Gentil Pierre-Alain · Ständerat · 2000-10-05
Gentil Pierre-Alain · Ständerat · Jura · Sozialdemokratische Fraktion · 2000-10-05
Wortprotokoll
J'aimerais vous inviter à suivre la position de la commission et à transmettre cette motion, qui invite le Conseil fédéral non pas à faire des études, mais à prendre des mesures.
La problématique des centres urbains est connue des membres de notre Conseil. Nous avons eu de nombreuses discussions à ce sujet, notamment dans le cadre de la révision de la Constitution fédérale: les centres urbains connaissent des problèmes spécifiques. On a jusqu'ici surtout parlé des problèmes liés aux transports et invité la Confédération à s'en mêler directement, notamment pour régler le problème du financement. Mais le problème des centres urbains et de la décentralisation des zones industrielles et commerciales constitue aussi un problème extrêmement important qui relève, de mon point de vue, non seulement de mesures cantonales, mais aussi fédérales. J'entends bien - et le contraire serait étonnant - M. Pfisterer, ancien conseiller d'Etat, défendre la position selon laquelle c'est avant tout l'affaire des cantons. J'aimerais dire à M. Pfisterer, en m'exprimant comme maire, que les cantons, et en tout cas la grande partie d'entre eux, revendiquent hautement leur responsabilité en disant: "Cette affaire d'aménagement du territoire est notre problème, c'est à nous de régler ça." Dans la pratique, évidemment, ils ne font rien! Ils entendent conserver des prérogatives, mais il est extrêmement difficile dans de nombreux cantons - je ne me prononce pas sur le canton d'Argovie - d'obtenir des mesures cantonales réelles qui conduisent à une politique incitative en matière de centres urbains.
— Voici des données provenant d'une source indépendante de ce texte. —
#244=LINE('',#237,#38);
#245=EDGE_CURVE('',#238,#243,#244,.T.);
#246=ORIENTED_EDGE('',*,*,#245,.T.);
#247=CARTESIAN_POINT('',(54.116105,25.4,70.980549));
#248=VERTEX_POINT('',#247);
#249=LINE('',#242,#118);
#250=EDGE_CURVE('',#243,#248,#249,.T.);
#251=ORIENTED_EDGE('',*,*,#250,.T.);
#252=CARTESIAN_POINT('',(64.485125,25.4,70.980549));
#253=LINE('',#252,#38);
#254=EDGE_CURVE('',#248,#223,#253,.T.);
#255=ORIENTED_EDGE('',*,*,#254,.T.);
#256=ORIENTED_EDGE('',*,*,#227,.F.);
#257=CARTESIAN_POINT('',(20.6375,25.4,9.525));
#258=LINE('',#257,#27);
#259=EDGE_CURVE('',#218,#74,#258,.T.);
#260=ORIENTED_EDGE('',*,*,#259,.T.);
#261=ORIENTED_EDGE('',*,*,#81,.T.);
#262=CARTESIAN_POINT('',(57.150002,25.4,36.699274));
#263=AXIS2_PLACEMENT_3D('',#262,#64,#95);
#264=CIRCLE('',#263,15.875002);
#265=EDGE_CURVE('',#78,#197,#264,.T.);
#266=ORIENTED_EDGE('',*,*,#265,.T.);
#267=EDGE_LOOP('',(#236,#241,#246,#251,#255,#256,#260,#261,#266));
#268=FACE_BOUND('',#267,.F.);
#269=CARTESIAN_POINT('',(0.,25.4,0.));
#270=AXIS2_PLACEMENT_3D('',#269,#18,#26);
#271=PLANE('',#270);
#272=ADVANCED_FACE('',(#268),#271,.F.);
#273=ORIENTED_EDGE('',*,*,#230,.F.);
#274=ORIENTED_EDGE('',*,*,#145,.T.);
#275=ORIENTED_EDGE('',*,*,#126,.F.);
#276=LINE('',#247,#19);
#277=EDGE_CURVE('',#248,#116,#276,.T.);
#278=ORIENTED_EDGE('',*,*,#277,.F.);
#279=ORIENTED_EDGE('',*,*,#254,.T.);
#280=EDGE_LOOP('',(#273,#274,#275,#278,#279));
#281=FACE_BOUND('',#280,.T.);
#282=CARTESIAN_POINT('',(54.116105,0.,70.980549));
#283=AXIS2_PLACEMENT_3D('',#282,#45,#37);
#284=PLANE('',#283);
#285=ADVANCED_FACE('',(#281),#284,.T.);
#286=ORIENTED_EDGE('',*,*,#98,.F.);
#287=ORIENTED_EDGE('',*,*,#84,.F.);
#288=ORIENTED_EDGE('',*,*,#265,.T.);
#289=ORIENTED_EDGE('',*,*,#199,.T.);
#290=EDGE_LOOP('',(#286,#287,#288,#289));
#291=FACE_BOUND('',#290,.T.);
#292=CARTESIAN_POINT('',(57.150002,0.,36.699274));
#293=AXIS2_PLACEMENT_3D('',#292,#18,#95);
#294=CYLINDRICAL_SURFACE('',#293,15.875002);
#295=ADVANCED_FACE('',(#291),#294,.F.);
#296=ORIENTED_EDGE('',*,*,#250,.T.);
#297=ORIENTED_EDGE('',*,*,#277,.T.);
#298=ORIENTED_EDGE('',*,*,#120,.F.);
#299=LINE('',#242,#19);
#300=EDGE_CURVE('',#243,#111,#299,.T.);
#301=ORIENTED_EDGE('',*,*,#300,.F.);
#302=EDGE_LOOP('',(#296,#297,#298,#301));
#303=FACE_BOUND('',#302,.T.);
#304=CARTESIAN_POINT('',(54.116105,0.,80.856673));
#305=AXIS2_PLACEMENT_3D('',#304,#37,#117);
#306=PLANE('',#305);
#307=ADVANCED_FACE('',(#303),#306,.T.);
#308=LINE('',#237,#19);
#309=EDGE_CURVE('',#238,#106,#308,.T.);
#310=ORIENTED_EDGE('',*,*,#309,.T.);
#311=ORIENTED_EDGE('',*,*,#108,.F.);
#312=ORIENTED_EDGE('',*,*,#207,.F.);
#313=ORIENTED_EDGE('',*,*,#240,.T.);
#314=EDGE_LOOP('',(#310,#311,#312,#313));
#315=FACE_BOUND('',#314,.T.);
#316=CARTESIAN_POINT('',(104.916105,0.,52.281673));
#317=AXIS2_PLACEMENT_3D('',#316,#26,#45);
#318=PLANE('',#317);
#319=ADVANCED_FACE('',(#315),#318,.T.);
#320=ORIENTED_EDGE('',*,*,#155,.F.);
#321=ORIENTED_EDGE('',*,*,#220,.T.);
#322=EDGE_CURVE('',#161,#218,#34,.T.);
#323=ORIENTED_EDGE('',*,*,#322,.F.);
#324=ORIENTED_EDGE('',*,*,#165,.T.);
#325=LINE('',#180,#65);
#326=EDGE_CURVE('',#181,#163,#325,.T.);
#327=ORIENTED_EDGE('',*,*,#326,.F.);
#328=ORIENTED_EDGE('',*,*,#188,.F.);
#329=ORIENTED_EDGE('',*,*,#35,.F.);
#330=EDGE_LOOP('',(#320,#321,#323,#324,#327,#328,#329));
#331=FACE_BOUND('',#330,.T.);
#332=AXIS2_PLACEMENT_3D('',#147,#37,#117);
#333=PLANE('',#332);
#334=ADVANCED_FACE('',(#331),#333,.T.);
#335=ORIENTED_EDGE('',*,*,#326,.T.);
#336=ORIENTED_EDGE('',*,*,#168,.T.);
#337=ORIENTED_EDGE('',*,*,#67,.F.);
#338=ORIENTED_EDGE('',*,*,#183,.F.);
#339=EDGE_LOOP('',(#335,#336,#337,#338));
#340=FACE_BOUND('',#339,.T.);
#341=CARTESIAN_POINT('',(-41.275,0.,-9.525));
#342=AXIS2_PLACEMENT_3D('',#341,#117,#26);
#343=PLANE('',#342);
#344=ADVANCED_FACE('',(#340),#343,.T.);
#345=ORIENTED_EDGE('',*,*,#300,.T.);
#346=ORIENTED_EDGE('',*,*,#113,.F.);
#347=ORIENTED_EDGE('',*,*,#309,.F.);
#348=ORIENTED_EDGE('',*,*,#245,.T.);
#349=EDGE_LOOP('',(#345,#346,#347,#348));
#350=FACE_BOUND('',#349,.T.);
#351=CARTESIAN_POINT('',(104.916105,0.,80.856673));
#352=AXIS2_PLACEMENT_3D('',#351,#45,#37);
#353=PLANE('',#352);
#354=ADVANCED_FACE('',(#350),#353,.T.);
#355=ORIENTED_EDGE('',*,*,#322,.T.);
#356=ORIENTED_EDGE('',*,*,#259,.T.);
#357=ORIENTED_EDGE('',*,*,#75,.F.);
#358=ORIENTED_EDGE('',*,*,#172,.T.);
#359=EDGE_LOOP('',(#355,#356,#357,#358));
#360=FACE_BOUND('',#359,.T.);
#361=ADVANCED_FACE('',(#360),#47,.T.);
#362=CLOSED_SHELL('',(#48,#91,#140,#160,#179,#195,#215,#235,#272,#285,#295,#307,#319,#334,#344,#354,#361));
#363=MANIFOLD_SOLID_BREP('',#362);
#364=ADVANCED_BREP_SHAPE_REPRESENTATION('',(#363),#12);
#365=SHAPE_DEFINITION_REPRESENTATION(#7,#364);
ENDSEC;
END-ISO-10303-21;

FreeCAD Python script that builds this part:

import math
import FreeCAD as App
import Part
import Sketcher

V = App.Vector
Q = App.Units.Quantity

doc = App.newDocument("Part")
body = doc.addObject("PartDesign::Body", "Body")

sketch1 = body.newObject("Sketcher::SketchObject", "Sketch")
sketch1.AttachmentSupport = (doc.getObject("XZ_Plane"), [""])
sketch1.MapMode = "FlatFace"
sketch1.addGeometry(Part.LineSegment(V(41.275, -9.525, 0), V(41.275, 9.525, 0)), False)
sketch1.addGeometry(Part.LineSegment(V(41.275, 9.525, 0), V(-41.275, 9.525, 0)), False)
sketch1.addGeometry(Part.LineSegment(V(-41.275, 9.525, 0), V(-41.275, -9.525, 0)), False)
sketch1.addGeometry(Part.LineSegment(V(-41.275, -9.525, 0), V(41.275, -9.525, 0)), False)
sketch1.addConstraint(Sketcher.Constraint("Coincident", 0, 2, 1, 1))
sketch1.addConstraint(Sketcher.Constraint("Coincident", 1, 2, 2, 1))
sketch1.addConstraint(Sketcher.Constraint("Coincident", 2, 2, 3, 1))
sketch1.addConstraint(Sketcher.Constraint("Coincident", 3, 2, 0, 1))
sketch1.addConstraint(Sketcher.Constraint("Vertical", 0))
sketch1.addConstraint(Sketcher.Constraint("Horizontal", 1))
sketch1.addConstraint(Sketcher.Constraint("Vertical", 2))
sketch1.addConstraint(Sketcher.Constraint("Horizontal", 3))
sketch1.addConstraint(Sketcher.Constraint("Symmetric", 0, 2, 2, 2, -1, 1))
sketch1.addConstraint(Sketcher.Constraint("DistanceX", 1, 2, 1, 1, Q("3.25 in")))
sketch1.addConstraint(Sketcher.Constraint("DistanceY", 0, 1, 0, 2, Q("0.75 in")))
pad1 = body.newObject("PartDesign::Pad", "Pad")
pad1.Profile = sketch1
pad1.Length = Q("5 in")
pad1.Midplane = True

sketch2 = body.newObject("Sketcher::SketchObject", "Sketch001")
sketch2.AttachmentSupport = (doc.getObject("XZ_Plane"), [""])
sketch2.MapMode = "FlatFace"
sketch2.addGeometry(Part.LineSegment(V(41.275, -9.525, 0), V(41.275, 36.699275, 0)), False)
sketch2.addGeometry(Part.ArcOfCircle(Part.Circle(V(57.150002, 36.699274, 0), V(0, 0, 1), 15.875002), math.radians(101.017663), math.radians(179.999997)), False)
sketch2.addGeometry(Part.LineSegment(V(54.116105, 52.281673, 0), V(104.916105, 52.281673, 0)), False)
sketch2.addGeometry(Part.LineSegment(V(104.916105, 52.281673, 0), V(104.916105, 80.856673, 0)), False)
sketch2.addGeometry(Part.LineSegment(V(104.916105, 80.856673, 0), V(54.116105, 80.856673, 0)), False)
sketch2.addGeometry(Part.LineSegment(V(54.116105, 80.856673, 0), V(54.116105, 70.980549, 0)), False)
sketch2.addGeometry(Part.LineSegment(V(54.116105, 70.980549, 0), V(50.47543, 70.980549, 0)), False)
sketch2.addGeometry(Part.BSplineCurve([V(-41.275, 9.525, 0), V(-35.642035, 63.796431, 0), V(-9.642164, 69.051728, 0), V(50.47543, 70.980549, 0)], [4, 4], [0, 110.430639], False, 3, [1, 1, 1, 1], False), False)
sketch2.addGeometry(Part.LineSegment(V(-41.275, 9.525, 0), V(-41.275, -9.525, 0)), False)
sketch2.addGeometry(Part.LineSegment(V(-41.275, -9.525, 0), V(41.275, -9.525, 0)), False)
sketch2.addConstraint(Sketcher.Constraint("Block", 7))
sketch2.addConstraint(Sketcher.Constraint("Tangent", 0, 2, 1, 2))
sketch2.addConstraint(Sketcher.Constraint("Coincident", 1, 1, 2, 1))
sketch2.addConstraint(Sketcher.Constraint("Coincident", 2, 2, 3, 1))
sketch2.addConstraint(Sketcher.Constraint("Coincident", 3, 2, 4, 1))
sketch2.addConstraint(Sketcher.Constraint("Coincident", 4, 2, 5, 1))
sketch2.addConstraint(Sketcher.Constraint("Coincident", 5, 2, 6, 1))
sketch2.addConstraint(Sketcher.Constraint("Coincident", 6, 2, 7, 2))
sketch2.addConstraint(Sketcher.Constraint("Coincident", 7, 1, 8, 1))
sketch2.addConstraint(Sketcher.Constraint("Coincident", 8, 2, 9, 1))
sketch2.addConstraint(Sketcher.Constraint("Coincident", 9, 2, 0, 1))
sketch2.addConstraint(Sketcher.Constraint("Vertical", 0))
Je pense qu'il est juste et nécessaire que la Confédération, par le biais de cette motion, soit invitée à insister sur cette problématique des centres urbains, parce qu'il n'est pas tout à fait exact que les cantons maîtrisent souverainement cette affaire et qu'il leur revient à eux seuls de s'en occuper. S'ils le faisaient, et s'ils le faisaient bien, il n'y aurait pas de raisons de s'en inquiéter. L'expérience de nombreuses régions montre au contraire que cette question devient un problème fédéral et que les questions d'agglomérations et de centres urbains doivent aussi être examinées sous l'angle de la Confédération, et pas simplement sous l'angle des cantons, qui légifèrent quand ils l'entendent.